WHAT TO DO
Your answer should be the exact lines of the data below from the one containing "f 314 411 475" through the one containing "f 638 173 169"; please include nothing else.

------ WORKING DATA

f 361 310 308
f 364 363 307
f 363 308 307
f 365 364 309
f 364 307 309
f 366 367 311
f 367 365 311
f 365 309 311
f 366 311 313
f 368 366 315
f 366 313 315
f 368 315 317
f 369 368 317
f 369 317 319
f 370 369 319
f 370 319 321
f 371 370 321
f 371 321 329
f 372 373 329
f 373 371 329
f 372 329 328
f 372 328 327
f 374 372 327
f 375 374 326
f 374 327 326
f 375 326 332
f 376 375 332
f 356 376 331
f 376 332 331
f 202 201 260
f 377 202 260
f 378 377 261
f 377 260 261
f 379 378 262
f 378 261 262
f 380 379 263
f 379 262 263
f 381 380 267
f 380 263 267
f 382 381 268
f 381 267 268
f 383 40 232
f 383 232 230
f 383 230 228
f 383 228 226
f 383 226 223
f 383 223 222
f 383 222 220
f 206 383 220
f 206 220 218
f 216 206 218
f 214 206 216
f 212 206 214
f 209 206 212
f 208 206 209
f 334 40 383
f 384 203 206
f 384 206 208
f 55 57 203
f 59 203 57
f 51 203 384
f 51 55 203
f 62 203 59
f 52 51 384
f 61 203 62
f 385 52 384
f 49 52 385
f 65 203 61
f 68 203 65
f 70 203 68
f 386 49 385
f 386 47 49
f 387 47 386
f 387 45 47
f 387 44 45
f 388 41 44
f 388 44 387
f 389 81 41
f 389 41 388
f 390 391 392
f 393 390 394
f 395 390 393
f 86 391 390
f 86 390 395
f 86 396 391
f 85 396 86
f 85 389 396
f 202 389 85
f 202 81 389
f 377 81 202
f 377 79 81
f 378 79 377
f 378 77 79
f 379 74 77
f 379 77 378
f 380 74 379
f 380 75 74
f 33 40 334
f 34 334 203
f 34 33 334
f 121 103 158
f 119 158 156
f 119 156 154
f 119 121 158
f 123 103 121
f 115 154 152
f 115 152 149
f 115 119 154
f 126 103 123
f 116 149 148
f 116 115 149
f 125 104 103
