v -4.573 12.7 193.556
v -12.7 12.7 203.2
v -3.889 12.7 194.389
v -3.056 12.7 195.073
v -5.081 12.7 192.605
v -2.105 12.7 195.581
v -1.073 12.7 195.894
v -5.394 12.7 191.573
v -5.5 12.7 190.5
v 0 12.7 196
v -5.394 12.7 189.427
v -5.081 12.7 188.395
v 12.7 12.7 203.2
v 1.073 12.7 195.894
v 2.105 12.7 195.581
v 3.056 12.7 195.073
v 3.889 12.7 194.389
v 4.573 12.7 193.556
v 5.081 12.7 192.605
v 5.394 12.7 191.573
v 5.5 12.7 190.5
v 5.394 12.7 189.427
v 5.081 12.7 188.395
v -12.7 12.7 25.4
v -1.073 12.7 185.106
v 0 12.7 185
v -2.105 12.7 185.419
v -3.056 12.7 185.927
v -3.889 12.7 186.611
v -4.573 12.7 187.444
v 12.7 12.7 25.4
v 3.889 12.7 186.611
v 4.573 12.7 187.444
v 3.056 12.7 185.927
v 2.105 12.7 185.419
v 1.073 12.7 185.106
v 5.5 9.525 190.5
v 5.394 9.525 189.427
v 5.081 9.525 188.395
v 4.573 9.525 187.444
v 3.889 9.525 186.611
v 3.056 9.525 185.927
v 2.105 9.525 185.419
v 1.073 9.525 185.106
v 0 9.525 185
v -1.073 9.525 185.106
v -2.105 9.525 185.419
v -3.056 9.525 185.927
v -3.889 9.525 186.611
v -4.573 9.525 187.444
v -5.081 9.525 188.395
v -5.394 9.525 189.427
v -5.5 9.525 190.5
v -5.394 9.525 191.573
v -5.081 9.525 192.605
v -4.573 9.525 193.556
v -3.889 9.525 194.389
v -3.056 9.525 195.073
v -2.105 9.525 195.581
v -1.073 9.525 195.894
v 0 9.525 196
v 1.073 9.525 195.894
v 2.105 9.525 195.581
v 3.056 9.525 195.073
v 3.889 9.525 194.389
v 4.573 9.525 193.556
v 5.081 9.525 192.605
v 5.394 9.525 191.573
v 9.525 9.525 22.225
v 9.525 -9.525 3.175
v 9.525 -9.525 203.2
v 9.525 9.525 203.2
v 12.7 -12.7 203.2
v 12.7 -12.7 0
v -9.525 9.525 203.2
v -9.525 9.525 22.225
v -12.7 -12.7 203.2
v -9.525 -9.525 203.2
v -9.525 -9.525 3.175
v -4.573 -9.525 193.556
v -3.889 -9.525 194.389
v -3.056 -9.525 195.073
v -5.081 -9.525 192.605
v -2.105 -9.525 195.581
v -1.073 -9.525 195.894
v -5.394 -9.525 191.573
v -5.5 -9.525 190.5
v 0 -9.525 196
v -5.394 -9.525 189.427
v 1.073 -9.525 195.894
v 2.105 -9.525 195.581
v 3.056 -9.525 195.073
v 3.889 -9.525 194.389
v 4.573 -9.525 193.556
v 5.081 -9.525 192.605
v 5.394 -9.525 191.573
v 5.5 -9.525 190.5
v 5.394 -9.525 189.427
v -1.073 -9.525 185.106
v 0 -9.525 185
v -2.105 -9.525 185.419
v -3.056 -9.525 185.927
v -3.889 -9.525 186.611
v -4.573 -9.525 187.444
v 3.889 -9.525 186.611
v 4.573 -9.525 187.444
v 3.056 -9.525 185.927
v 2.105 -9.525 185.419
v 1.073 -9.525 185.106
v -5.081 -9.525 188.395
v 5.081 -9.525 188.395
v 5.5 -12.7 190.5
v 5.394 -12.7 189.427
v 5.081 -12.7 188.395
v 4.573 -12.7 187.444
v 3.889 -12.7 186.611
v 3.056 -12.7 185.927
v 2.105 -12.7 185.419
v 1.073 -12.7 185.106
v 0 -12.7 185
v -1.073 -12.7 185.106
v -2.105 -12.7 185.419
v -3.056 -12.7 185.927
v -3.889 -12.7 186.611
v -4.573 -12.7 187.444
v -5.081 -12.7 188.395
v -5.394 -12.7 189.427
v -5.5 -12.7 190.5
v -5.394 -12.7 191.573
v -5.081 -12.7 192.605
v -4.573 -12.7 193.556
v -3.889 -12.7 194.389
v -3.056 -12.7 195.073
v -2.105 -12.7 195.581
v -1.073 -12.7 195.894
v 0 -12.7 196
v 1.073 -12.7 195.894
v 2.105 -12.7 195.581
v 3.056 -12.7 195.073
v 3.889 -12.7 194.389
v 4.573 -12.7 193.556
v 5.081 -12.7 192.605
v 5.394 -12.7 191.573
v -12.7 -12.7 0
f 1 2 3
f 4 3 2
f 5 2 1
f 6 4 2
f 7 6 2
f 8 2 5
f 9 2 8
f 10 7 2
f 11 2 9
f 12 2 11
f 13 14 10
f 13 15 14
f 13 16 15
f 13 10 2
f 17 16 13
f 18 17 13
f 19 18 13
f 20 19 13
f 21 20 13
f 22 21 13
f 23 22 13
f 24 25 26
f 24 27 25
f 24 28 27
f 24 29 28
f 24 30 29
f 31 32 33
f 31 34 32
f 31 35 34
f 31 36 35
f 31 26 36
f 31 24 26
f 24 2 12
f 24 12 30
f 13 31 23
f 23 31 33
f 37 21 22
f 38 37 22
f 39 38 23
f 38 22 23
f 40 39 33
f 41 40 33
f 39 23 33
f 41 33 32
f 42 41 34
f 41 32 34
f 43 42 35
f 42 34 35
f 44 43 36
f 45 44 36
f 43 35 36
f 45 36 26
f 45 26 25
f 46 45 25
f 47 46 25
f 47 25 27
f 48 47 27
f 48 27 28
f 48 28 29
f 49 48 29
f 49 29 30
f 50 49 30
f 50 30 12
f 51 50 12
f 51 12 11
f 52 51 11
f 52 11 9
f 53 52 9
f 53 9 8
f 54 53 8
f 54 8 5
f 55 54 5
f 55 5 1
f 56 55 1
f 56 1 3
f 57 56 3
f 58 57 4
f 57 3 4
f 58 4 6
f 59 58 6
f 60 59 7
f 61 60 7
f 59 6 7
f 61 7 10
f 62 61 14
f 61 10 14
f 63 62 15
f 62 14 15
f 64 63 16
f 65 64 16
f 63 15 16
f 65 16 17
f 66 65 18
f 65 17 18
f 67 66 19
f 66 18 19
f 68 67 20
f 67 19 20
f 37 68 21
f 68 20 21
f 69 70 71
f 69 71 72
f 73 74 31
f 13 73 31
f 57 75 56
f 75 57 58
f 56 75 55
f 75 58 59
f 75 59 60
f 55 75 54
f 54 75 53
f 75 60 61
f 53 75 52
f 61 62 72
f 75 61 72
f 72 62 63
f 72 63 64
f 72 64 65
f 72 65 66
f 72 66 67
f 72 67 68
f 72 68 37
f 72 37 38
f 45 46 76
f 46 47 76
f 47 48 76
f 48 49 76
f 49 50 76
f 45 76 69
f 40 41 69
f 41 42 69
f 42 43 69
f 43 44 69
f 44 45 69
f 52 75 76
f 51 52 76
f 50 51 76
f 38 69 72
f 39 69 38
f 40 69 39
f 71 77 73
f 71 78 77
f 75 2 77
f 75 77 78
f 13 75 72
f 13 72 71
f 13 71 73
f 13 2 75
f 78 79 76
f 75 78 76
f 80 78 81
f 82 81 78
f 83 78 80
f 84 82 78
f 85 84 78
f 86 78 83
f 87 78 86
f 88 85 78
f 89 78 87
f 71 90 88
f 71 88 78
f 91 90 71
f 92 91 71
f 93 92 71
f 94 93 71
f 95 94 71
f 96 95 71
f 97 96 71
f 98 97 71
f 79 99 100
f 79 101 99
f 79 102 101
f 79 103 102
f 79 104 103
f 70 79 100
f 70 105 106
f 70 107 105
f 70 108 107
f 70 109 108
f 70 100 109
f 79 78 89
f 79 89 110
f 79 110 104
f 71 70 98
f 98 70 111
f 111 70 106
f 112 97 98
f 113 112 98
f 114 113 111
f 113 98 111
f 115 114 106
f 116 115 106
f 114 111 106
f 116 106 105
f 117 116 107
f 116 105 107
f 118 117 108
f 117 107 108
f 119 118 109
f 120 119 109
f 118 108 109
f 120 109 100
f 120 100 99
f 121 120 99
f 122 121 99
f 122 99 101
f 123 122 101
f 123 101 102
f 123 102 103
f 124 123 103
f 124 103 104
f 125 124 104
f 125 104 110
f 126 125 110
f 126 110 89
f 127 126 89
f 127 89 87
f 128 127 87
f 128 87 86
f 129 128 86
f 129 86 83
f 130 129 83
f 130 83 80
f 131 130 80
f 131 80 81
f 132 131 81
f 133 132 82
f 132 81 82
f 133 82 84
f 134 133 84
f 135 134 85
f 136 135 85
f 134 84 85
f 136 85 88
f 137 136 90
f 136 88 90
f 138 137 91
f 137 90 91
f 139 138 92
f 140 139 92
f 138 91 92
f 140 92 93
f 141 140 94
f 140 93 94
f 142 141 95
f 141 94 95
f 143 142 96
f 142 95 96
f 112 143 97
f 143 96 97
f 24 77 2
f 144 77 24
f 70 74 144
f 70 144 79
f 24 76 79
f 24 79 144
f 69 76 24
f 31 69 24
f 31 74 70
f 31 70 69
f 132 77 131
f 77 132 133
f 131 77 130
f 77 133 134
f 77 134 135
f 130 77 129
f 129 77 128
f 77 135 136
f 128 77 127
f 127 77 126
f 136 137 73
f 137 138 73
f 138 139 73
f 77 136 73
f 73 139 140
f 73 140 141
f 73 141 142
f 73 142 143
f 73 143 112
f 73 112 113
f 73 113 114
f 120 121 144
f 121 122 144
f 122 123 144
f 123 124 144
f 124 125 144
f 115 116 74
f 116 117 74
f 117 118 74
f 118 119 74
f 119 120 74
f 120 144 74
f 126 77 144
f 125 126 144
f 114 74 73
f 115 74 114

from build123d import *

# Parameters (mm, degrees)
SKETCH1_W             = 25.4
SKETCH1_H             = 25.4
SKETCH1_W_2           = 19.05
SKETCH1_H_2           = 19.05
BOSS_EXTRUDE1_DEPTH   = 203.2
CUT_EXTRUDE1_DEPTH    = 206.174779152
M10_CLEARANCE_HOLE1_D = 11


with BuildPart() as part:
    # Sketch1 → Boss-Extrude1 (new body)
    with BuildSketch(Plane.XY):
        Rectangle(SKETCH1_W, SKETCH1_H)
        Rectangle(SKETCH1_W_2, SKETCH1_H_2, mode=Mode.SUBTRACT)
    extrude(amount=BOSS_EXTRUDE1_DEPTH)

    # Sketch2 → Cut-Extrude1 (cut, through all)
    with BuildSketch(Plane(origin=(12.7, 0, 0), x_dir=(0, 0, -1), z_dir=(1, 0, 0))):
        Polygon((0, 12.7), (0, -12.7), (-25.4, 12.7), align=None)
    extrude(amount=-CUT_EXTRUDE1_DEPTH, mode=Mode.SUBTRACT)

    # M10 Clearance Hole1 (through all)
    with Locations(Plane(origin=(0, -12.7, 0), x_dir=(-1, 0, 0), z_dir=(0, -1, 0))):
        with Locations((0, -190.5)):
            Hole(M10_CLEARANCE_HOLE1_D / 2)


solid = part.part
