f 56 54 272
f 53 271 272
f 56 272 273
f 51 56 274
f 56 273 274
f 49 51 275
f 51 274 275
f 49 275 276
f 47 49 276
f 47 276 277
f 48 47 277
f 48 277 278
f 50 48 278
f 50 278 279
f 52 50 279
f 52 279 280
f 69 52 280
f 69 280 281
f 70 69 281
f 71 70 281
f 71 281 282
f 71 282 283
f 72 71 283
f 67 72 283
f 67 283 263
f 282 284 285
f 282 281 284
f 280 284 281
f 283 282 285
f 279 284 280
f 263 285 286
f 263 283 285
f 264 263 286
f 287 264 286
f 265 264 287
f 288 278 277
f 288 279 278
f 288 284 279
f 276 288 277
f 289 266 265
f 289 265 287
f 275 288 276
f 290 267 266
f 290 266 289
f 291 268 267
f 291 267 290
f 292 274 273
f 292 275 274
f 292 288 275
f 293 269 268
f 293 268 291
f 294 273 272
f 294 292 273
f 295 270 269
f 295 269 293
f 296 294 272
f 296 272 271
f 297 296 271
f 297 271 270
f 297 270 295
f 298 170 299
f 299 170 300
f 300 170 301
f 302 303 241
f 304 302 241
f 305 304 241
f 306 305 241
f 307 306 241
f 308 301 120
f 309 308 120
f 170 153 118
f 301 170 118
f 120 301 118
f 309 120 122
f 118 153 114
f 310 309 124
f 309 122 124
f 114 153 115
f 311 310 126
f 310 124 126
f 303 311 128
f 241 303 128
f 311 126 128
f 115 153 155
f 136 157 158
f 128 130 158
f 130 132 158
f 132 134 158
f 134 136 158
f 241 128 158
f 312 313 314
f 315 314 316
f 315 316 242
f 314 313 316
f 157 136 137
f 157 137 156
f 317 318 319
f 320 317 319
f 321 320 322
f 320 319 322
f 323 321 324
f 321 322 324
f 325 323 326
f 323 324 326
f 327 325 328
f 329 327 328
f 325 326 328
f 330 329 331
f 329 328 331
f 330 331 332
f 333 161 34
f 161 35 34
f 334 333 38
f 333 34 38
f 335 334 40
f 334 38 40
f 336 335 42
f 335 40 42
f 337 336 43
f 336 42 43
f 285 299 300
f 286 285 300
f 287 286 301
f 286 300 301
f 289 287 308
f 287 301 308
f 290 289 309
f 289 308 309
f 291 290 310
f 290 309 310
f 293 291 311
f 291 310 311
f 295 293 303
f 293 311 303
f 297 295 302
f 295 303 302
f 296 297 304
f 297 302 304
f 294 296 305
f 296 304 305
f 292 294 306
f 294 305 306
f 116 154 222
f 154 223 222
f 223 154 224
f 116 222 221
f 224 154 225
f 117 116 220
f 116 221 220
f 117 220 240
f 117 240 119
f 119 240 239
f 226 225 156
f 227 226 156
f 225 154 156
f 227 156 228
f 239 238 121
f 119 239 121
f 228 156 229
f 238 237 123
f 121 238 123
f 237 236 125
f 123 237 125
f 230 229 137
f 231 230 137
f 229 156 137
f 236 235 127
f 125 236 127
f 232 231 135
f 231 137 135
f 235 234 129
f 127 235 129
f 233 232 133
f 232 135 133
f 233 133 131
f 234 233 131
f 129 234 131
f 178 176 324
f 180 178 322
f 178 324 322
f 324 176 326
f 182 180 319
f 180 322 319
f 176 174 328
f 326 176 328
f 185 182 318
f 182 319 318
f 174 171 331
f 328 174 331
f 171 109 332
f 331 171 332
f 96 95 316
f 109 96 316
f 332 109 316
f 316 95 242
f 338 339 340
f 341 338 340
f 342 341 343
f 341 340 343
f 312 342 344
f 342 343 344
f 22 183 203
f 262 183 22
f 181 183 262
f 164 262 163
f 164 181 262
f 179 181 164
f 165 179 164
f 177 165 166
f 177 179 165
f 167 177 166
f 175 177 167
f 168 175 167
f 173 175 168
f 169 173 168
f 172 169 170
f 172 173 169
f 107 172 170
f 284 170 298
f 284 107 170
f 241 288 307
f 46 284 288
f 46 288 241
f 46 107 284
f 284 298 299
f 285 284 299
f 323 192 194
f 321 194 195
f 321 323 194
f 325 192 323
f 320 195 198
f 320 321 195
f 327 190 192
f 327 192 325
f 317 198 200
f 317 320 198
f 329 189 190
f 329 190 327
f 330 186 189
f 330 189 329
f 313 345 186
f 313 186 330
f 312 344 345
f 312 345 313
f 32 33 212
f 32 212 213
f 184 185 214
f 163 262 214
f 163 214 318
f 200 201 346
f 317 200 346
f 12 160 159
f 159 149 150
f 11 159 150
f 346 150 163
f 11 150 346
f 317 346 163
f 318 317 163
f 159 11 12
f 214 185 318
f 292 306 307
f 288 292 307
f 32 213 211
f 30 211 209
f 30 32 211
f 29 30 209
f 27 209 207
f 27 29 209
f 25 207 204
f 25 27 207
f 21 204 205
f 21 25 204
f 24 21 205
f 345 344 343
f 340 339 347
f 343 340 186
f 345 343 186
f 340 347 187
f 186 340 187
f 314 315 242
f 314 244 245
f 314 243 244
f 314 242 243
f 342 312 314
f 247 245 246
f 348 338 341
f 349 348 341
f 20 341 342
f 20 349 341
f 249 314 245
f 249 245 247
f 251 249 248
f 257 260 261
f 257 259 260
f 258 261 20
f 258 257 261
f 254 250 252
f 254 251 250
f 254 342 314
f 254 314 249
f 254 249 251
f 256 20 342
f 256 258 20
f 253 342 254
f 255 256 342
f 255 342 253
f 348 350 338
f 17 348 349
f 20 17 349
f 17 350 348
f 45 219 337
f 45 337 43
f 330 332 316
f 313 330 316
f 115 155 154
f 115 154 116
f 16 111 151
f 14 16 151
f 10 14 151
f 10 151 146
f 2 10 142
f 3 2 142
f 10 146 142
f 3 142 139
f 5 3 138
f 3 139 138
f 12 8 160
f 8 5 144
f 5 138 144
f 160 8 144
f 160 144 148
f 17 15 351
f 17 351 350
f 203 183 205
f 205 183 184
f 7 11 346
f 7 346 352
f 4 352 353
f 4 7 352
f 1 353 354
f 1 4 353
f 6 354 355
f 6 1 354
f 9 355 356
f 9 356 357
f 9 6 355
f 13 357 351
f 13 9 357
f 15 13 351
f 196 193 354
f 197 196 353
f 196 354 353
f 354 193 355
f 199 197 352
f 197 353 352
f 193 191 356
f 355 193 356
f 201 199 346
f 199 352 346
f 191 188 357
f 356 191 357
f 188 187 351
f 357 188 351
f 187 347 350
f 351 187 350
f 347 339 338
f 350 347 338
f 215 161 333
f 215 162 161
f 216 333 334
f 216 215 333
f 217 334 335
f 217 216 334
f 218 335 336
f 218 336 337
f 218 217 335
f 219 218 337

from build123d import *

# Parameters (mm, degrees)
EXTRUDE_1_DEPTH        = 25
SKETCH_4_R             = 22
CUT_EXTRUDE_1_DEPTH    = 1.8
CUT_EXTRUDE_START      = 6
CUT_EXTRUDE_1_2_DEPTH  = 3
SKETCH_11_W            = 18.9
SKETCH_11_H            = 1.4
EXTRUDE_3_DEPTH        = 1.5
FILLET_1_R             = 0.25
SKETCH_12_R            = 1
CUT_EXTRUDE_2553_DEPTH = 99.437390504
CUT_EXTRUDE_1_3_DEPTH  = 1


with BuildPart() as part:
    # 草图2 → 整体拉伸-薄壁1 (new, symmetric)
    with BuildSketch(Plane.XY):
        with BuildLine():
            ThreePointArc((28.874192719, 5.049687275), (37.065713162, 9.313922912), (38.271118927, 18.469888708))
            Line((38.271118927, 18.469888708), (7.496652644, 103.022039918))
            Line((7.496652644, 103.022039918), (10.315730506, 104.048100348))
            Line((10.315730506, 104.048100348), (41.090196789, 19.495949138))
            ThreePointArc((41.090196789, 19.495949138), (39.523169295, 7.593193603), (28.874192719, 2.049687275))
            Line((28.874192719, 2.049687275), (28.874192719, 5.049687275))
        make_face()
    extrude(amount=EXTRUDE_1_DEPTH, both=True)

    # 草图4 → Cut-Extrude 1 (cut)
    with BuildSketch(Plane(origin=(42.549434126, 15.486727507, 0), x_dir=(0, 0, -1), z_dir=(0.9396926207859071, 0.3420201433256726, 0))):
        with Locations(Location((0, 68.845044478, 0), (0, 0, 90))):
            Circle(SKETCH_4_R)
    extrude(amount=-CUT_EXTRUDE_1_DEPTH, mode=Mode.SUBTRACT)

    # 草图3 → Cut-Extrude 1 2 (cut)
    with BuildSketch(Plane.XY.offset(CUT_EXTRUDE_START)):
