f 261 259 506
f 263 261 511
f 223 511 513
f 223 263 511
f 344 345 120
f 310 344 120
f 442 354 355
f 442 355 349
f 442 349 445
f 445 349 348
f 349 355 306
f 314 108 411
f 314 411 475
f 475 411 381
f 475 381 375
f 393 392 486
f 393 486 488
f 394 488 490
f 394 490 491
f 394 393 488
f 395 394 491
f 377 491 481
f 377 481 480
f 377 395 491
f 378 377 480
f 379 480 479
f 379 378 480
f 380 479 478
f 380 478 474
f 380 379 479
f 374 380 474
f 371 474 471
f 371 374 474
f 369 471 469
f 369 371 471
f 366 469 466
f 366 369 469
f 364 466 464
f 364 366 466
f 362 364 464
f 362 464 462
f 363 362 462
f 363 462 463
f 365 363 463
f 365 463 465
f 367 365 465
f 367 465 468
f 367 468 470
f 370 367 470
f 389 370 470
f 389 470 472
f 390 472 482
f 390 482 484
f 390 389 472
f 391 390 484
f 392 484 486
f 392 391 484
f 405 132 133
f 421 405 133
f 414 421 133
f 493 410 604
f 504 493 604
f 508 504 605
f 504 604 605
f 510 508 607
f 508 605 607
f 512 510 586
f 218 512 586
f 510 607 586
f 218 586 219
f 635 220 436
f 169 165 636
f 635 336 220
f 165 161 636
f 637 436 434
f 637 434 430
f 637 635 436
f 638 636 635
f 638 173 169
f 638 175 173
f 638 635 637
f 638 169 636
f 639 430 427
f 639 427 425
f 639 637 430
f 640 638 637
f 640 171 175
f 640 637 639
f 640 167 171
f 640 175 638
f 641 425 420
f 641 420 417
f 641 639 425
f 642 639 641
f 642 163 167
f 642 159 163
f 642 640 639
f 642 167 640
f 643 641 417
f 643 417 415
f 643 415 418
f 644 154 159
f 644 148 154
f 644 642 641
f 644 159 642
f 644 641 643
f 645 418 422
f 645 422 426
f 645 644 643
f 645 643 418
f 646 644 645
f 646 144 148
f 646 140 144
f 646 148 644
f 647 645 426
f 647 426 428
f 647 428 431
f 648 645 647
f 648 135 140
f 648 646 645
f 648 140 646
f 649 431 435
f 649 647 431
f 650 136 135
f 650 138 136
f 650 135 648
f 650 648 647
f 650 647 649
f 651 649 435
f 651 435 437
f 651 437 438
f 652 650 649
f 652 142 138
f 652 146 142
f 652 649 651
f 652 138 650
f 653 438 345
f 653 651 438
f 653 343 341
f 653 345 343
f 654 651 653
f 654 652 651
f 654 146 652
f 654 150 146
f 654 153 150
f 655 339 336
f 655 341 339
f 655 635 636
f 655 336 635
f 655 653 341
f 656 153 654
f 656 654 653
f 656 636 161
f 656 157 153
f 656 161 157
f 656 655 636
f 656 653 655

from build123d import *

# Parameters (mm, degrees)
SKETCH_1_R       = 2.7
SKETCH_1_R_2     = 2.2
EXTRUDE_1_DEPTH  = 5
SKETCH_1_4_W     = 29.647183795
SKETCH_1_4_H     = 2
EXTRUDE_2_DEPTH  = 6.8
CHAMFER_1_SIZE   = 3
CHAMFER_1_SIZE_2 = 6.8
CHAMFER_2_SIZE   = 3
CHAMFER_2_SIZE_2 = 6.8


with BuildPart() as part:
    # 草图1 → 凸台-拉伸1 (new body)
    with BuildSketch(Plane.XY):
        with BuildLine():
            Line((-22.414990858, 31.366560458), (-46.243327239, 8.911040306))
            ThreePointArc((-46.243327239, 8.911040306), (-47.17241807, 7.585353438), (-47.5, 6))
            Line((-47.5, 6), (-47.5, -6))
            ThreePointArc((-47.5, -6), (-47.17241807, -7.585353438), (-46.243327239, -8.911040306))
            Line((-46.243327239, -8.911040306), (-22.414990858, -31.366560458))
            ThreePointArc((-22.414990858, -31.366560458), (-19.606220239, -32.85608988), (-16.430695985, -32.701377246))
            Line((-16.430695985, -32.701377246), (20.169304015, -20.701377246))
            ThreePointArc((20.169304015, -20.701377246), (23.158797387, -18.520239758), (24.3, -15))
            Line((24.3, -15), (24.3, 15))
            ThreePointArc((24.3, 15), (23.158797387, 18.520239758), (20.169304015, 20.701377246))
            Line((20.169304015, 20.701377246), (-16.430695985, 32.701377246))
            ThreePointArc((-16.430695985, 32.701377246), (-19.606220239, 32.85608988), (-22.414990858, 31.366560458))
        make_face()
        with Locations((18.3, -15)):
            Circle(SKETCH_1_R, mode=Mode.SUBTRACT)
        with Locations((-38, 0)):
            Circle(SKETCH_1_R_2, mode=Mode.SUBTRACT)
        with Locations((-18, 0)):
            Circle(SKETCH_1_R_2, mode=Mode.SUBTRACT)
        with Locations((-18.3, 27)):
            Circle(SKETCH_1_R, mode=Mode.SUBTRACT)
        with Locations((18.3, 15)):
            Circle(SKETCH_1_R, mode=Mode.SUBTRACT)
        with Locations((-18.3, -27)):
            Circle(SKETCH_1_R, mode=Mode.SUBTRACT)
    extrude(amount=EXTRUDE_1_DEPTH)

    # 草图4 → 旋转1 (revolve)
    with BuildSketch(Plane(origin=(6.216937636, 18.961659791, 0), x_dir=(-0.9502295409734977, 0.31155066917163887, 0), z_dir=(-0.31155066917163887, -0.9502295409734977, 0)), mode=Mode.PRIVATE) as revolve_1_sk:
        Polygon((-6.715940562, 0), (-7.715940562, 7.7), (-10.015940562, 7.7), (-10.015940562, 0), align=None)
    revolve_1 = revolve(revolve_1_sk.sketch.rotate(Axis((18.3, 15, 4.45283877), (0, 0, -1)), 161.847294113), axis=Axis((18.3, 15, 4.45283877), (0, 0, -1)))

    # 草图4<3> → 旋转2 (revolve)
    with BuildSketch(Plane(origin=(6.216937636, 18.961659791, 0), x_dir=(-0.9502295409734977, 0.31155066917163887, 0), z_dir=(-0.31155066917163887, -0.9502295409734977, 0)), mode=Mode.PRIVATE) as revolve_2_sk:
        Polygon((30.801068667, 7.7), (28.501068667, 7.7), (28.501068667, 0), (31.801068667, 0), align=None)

------------

REPLY
f 314 411 475
f 475 411 381
f 475 381 375
f 393 392 486
f 393 486 488
f 394 488 490
f 394 490 491
f 394 393 488
f 395 394 491
f 377 491 481
f 377 481 480
f 377 395 491
f 378 377 480
f 379 480 479
f 379 378 480
f 380 479 478
f 380 478 474
f 380 379 479
f 374 380 474
f 371 474 471
f 371 374 474
f 369 471 469
f 369 371 471
f 366 469 466
f 366 369 469
f 364 466 464
f 364 366 466
f 362 364 464
f 362 464 462
f 363 362 462
f 363 462 463
f 365 363 463
f 365 463 465
f 367 365 465
f 367 465 468
f 367 468 470
f 370 367 470
f 389 370 470
f 389 470 472
f 390 472 482
f 390 482 484
f 390 389 472
f 391 390 484
f 392 484 486
f 392 391 484
f 405 132 133
f 421 405 133
f 414 421 133
f 493 410 604
f 504 493 604
f 508 504 605
f 504 604 605
f 510 508 607
f 508 605 607
f 512 510 586
f 218 512 586
f 510 607 586
f 218 586 219
f 635 220 436
f 169 165 636
f 635 336 220
f 165 161 636
f 637 436 434
f 637 434 430
f 637 635 436
f 638 636 635
f 638 173 169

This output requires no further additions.